Metadata-Version: 2.4
Name: talk-tag
Version: 0.2.0
Summary: Transcript annotator for speaker-scoped CHAT corpus correction
License-Expression: MIT
Project-URL: Homepage, https://github.com/OliverHennhoefer/talk-tag
Project-URL: Repository, https://github.com/OliverHennhoefer/talk-tag
Project-URL: Issues, https://github.com/OliverHennhoefer/talk-tag/issues
Keywords: chat,transcript,annotation,linguistics,nlp
Classifier: Development Status :: 3 - Alpha
Classifier: Intended Audience :: Science/Research
Classifier: Operating System :: OS Independent
Classifier: Programming Language :: Python :: 3
Classifier: Programming Language :: Python :: 3 :: Only
Classifier: Programming Language :: Python :: 3.10
Classifier: Programming Language :: Python :: 3.11
Classifier: Programming Language :: Python :: 3.12
Classifier: Topic :: Scientific/Engineering
Classifier: Topic :: Text Processing :: Linguistic
Requires-Python: >=3.10
Description-Content-Type: text/markdown
License-File: LICENSE
Requires-Dist: huggingface_hub>=0.29.3
Requires-Dist: openpyxl>=3.1.5
Requires-Dist: orjson>=3.10.15
Requires-Dist: pandas>=2.2.3
Requires-Dist: tqdm>=4.67.1
Provides-Extra: runtime
Requires-Dist: numpy>=2.0.0; extra == "runtime"
Requires-Dist: peft>=0.12.0; extra == "runtime"
Requires-Dist: torch>=2.7.0; extra == "runtime"
Requires-Dist: transformers>=4.52.0; extra == "runtime"
Provides-Extra: dev
Requires-Dist: pytest>=8.3.5; extra == "dev"
Dynamic: license-file

# talk-tag

Adapter-only TalkBank CHAT morphosyntactic error annotator for `.cha` and `.jsonl`.

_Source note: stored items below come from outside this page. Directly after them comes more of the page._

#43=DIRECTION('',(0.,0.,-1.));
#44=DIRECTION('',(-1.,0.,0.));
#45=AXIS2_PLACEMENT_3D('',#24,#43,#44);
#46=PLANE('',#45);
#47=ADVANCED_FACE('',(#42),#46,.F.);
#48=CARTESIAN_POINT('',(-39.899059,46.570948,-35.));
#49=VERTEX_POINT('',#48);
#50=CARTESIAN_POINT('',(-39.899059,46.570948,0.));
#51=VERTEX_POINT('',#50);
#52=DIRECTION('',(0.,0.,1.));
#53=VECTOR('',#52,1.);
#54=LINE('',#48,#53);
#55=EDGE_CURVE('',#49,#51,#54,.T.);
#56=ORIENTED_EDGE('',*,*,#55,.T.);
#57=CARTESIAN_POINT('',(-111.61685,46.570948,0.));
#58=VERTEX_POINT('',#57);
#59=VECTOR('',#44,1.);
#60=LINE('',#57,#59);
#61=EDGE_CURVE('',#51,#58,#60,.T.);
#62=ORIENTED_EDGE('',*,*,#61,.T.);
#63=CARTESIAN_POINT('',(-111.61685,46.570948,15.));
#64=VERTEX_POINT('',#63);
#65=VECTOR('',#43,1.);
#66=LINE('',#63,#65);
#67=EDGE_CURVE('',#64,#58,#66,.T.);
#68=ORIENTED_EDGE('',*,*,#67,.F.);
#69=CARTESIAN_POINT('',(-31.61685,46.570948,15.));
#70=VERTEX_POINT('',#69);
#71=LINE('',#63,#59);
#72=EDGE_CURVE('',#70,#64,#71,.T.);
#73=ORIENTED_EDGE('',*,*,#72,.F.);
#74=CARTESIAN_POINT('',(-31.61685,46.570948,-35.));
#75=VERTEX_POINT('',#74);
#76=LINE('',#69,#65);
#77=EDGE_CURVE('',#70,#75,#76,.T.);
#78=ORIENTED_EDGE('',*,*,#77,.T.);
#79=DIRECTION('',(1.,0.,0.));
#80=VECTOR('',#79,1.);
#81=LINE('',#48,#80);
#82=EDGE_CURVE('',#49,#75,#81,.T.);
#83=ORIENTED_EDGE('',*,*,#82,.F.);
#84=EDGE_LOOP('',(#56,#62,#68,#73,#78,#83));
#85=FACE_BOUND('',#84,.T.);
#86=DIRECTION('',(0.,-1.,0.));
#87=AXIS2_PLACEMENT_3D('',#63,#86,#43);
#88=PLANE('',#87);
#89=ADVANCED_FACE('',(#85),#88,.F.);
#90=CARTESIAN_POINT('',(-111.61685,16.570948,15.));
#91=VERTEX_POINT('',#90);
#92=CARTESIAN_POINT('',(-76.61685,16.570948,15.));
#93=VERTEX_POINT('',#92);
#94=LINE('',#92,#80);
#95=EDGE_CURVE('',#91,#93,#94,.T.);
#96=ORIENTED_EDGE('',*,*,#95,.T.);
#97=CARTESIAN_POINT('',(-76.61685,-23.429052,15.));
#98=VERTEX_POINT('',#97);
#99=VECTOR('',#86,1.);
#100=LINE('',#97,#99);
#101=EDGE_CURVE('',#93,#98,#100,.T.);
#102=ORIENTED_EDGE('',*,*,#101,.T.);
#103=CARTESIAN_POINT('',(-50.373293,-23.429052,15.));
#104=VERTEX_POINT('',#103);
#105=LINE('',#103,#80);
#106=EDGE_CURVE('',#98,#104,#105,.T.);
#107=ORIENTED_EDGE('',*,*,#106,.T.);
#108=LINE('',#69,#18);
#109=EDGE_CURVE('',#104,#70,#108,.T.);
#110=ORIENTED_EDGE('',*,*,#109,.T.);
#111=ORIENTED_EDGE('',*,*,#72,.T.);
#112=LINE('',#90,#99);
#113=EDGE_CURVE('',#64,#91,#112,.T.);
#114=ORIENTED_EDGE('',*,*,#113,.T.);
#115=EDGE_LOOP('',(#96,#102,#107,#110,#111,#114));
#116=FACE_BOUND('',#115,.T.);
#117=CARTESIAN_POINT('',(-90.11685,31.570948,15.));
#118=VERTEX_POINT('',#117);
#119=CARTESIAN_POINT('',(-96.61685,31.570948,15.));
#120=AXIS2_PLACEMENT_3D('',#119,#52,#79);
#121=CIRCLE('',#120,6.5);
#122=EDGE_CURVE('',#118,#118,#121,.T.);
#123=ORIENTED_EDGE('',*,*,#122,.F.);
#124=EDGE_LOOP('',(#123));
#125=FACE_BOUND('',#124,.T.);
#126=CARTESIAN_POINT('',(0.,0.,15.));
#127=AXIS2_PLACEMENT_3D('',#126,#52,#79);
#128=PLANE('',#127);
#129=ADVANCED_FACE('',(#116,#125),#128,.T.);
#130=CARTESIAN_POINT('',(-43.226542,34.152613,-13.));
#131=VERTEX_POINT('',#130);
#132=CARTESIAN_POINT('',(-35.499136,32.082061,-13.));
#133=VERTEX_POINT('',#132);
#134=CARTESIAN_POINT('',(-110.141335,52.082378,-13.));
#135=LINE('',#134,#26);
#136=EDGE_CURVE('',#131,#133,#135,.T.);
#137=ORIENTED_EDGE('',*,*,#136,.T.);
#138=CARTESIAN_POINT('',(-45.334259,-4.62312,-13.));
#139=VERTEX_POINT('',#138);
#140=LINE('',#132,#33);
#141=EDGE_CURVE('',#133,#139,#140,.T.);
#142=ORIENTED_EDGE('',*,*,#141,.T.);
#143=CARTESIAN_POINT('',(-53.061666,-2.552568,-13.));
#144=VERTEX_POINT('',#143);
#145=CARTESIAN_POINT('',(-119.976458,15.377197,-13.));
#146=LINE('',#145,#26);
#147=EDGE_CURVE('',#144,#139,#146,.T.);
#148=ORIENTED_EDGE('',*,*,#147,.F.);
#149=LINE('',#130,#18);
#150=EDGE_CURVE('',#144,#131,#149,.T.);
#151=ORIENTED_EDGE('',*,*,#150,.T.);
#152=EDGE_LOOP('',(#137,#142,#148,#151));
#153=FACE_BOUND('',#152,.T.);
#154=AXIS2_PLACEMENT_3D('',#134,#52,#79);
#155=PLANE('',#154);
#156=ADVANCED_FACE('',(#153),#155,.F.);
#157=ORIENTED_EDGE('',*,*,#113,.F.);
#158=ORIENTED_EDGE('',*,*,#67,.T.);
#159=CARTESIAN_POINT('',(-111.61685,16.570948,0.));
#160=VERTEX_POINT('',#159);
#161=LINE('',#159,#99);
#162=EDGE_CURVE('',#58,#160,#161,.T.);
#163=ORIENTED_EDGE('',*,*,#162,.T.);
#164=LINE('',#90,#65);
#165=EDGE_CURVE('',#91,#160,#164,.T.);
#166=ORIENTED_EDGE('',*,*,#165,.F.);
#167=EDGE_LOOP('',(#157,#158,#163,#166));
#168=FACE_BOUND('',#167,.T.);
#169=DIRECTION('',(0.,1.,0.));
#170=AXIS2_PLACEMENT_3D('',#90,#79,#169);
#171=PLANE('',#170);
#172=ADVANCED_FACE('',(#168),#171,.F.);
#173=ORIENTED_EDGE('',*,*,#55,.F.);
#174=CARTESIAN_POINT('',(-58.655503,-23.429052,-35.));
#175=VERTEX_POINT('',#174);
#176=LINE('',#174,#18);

The runtime deployment path is fixed to:

1. Base model: `unsloth/Meta-Llama-3.1-8B-Instruct-bnb-4bit`
2. Adapter: `mash-mash/Llama_TalkTag_CHAT_error_annotator_adapter`

No merged-model runtime path is used.

## Install

Python requirement: `>=3.10`.

```bash
pip install "talk-tag[runtime]"
```

Runtime extras include `torch`, `transformers`, and `peft`.

## Hugging Face access

You need Hub access to both repositories above. Set a token before first run:

```bash
export HF_TOKEN=...
```

If token or access is missing, `talk-tag doctor`/`talk-tag model pull` will report
auth or gated-repo errors.

## First-run workflow

1. Check environment:

```bash
talk-tag doctor
```

2. Pull/warm model assets:

```bash
talk-tag model pull --device auto
```

3. Run annotation:

```bash
talk-tag annotate \
  --input-dir ./input \
  --output-dir ./output \
  --target-speaker "*CHI" \
  --device auto
```

## Inference defaults

- `batch_size = 4`
- `max_new_tokens = 128`
- `max_seq_length = 512`
- `max_context_chars = 1200`
- `limit = 0`
- greedy decoding (`do_sample = false`)

## Supported runtime inputs

- `.cha`
- `.jsonl` (requires `--speaker-field` and `--text-field`)

Other previously supported formats (`.txt`, `.csv`, `.json`, `.xlsx`) are rejected in adapter-only deployment mode.

## Colab quickstart

See [`examples/colab_quickstart.ipynb`](examples/colab_quickstart.ipynb) for a minimal setup flow.